Like many recent lights in this class, the S20 continues to have a defined step-down on Hi (after 4.5 mins of continuous runtime in this case). The difference on the Olight S20 series is that the step-down is gradual, taking about 4 mins to level off at the lower Hi level. This is unchanged from the original S20, and continues to mean that you are unlikely to notice the step-down on this series. Note that you can turn the light off-on to restore initial max output.

The output/runtime curves for the new S20 do not look appreciably different, except for a small bump in output on Med and Hi (thanks to the higher output bin XM-L2 used, presumably). As before, on all batteries, overall efficiency is excellent at all output levels tested.

*Potential Issues*

All Baton lights use an electronic switch, and therefore require a small stand-by current when fully connected. However, the standby drain on S20 remains at a ridiculously low 27uA, which would translate into over a decade before an 18650 battery would be drained. 

Accidental activation is always a potential concern with electronic switches. You can "soft" lock out the switch electronically, and you can always physically lock out the light at the tailcap. 

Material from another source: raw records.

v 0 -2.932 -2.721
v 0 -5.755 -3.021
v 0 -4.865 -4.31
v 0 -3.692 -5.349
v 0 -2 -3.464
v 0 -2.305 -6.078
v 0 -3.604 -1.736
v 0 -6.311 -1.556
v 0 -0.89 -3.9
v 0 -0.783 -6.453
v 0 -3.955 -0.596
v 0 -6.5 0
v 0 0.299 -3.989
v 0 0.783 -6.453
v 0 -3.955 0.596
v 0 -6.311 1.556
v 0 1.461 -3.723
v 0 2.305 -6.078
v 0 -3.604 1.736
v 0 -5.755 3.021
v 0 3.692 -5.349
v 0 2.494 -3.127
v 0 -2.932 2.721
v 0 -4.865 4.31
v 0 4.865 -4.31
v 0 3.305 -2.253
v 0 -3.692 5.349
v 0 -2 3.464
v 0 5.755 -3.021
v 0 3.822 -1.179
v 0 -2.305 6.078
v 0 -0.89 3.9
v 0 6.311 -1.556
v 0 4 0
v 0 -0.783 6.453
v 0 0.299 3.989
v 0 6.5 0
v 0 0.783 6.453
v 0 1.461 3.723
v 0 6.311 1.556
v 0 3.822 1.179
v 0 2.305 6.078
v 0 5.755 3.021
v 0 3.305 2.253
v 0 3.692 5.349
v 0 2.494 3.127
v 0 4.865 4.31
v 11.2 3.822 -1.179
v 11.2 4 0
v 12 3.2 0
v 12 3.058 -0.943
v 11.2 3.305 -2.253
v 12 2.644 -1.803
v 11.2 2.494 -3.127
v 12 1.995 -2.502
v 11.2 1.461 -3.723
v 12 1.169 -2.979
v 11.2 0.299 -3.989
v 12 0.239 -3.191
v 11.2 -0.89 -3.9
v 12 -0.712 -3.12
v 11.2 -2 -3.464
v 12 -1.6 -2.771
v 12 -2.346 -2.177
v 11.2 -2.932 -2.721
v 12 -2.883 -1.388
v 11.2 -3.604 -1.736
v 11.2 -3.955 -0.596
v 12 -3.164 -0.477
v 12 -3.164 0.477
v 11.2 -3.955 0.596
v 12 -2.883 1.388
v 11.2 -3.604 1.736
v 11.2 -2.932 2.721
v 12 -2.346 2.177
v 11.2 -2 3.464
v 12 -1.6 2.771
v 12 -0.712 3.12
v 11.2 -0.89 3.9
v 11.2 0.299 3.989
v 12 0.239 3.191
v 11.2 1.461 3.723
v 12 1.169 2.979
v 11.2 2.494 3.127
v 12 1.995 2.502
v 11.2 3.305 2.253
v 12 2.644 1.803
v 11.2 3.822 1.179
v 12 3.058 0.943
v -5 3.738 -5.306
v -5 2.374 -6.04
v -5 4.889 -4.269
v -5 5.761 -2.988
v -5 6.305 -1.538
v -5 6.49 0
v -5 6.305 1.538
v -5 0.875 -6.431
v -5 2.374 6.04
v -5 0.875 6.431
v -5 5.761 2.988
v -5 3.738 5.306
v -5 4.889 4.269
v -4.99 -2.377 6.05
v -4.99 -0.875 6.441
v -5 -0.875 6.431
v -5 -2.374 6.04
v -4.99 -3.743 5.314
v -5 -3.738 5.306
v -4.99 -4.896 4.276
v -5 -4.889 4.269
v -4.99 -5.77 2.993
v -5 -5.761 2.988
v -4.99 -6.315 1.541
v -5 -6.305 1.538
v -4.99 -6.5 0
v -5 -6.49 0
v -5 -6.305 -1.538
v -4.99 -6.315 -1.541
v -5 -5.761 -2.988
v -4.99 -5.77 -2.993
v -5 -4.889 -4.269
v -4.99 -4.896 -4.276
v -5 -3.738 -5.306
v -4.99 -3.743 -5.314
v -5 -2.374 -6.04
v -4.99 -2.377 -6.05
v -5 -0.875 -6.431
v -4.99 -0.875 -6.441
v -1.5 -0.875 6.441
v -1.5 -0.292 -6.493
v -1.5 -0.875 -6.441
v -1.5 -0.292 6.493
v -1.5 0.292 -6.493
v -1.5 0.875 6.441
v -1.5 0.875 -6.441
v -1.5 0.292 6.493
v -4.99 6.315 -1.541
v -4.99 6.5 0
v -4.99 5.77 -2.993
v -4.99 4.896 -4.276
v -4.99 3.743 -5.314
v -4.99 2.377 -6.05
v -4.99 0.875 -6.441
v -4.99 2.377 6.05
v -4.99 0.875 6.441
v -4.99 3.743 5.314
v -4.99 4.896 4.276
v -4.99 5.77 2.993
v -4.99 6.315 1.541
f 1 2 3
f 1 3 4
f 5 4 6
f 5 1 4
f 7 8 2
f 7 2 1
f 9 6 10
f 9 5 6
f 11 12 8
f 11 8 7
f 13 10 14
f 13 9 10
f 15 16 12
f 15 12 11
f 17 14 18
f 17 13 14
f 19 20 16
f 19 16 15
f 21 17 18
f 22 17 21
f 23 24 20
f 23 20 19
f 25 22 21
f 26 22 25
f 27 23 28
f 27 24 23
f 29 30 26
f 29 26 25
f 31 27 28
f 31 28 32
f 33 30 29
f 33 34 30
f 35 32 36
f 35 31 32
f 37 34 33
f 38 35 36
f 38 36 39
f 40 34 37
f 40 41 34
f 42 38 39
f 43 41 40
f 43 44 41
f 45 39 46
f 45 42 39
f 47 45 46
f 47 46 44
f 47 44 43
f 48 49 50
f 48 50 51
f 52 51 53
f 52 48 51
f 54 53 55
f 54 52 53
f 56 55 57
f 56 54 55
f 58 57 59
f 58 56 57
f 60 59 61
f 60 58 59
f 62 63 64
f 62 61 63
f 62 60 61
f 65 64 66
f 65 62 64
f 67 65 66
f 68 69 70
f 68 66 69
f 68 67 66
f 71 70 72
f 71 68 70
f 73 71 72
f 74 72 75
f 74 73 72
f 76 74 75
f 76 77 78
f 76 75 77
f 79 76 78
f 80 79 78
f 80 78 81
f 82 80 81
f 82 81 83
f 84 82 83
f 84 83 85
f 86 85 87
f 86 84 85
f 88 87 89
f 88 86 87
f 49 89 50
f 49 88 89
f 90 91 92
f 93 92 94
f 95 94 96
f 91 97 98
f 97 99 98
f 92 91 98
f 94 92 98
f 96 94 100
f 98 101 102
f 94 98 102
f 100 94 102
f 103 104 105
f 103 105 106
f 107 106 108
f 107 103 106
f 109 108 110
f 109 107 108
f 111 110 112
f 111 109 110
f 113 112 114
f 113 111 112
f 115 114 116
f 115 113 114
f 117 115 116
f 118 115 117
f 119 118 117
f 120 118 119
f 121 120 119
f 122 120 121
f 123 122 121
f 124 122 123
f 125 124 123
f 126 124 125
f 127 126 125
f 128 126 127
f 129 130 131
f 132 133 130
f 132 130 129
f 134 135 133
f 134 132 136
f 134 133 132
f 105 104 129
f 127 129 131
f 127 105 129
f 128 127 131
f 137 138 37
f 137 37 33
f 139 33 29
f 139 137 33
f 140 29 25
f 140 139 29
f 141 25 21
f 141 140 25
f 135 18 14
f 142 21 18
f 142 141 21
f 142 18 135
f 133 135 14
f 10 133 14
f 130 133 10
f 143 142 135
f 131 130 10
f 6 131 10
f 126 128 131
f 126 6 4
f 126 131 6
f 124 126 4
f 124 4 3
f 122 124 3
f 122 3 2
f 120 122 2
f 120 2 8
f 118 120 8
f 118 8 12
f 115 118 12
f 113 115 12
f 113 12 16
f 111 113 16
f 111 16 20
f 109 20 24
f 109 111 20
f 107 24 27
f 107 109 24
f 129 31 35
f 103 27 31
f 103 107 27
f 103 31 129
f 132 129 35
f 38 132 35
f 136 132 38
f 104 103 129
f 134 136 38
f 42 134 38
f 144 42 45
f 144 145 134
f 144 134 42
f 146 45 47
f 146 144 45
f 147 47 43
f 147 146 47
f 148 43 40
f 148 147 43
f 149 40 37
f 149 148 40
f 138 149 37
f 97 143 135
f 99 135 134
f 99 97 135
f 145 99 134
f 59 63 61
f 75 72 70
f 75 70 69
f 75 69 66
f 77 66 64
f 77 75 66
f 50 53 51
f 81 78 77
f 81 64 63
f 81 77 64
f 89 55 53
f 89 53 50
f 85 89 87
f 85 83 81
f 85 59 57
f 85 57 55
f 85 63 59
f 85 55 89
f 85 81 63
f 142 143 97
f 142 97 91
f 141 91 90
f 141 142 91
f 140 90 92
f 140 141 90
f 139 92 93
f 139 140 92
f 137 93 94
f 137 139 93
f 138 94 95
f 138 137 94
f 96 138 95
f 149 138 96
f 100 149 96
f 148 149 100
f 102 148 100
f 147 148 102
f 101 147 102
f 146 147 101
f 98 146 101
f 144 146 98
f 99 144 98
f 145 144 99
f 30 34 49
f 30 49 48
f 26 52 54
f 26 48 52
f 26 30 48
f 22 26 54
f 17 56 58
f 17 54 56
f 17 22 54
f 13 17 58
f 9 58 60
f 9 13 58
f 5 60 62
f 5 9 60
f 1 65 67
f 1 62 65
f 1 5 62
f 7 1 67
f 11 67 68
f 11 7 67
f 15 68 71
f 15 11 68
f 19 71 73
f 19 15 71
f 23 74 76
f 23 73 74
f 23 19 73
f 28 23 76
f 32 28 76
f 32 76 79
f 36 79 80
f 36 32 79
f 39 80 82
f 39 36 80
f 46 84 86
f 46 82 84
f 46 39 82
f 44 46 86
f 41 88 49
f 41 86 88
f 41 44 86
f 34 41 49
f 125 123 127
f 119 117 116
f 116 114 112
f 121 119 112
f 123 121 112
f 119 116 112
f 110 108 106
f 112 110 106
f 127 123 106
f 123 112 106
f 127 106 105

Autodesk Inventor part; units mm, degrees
ref_plane "YZ Plane" through (0, 0, 0) normal (1, 0, 0) x (0, 1, 0)
ref_plane "XZ Plane" through (0, 0, 0) normal (0, 1, 0) x (-1, 0, 0)
sketch "Эскиз1" plane through (0, 0, 0) normal (0, 0, 1) x (1, 0, 0)
  line L0 (-5, 0) -> (12, 0)
  line L1 (12, 0) -> (12, 4)
  line L2 (12, 4) -> (1.25, 4)
  line L3 (1.25, 4) -> (0.4832, 4)
  line L4 (0.4832, 4) -> (0, 4)
  line L5 (0, 4) -> (0, 6.5)
  line L6 (-8.4, 0) -> (15.4, 0) projected
  line L7 (0, -1.3) -> (0, 7.8) projected
  line L8 (-5, 0) -> (-5, 6.5)
  line L9 (0, 6.5) -> (-5, 6.5)
  dimension "d0" = 12
  dimension "d1" = 10.75
  dimension "d2" = 0.7668
  dimension "d3" = 5
  dimension "d4" = 8
  dimension "d5" = 8
  dimension "d9" = 13
  dimension "d10" = 0
revolve "Базовый элемент" add sketch "Эскиз1" angle 360 about axis through (-5, 0, 0) along (1, 0, 0)
sketch "Эскиз2" plane through (-5, 0, 0) normal (-1, 0, 0) x (0, 0, 1)
  circle A0 centre (0, 0) radius 6.5 projected
  line L0 (0, 0) -> (0, 6.5) projected
  line L1 (-6.5, 0.875) -> (6.5, 0.875)
  line L2 (6.5, 0.875) -> (6.5, -0.875)
  line L3 (6.5, -0.875) -> (-6.5, -0.875)
  line L4 (-6.5, -0.875) -> (-6.5, 0.875)
  line L5 (-6.5, 0) -> (6.5, 0) construction
  line L6 (0, 0.875) -> (0, -0.875) construction
  dimension "d11" = 1.75
  dimension "d12" = 13
fillet "Сопряжение1" radius 0.01 1 edges at (-5, -6.5, 0)
extrude "Паз" cut sketch "Эскиз2" against normal blind 3.5 contours A0 L3 L1 | L2 L3 A0 | A0 L1 L2 | L3 L4 A0 | A0 L4 L1
thread "Резьба" size "M8x1.25" class "6g" standard "ISO Metric profile" length 10.75
chamfer "Chamfer4" distance 0.8 angle 45 1 edges at (12, -4, 0)
ref_plane "Work Plane1" through (30.1625, 0, 0) normal (0, 0, -1) x (1, 0, 0)
equation "\"d11\" = SBR"
equation "\"d12\" = KOD"
equation "\"d13\" = RR"
equation "\"d16\" = STI"
equation "\"d14\" = GEL"
equation "\"d40\" = 0.1 * GD"
equation "\"d0\" = NLG"
equation "\"d1\" = GEL"
equation "\"d2\" = GAL"
equation "\"d3\" = KOH"
equation "\"d4\" = GD"
equation "\"d5\" = BDM"
equation "\"d9\" = KOD"
equation "\"GD\" = NND"
equation "\"NLG\" = 12"
equation "\"GEL\" = 10.75"
equation "\"KOD\" = 13"
equation "\"KOH\" = 5"
equation "\"GAL\" = 0.61345 * PTC"
equation "\"BDM\" = NND"
equation "\"RR\" = 0.01"
equation "\"SBR\" = 1.75"
equation "\"STI\" = 3.5"
equation "\"KEWI\" = 0"
equation "\"GUL\" = 0.61345 * PTC"
equation "\"SPD\" = NND - 1.2269 * PTC"
equation "\"PTC\" = 1.25"
equation "\"THREADDIA\" = 8"
equation "\"TOA\" = 30deg"
equation "\"FAWI\" = 45deg"
equation "\"NND\" = 8"
equation "\"GD1\" = THREADDIA - 1.2269 * PTC"
properties part number "Винт M8-6gx12 ГОСТ 1491-80" material "Сталь, мягкая"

My earlier S10 and S20 samples had a noticeably green tint, especially so at the lower output levels. This is improved on the new 2013 Baton lights, thanks to a reduced anti-glare coating on the lens (which was exacerbating the problem). However, you are still likely to notice a green-yellow tint in the hotspot - it is just slightly less pronounced than the earlier S10/S20.

*Preliminary Observations*

The 2013 editions of the S10 and S20 are a nice update to the line. As you would expect, the changes are more evolutionary than revolutionary. My understanding is that these models will simply replace the old ones as dealers clear out inventory. As such, it's nice to see Olight has kept the price points consistent. 

In terms of the S20, the main headline change is the new XM-L2 emitter (which will give you a small bump in max output due to the output bin increase). Olight doesn't report exact output bins, but my testing results suggest you are looking at about two bin steps here. This will also translate into slightly better throw, simply due to the higher max output.

Otherwise, the beam pattern doesn't change much – except for the slightly improved tint. The original S10 and S20 lights were known for a particularly noticeable green tint shift at lower levels. While common in current-controlled lights, the situation was exacerbated by a heavy anti-glare coating on the lens (which seemed to preferentially diffract purplish light out to the side of the spill, and allowed the green to shine through with the hotspot). All the new 2013 models (including the S15) have a new anti-glare lens coating that is less prominent. While this doesn't completely resolve the issue, you are likely the find the new 2013 models an improvement. 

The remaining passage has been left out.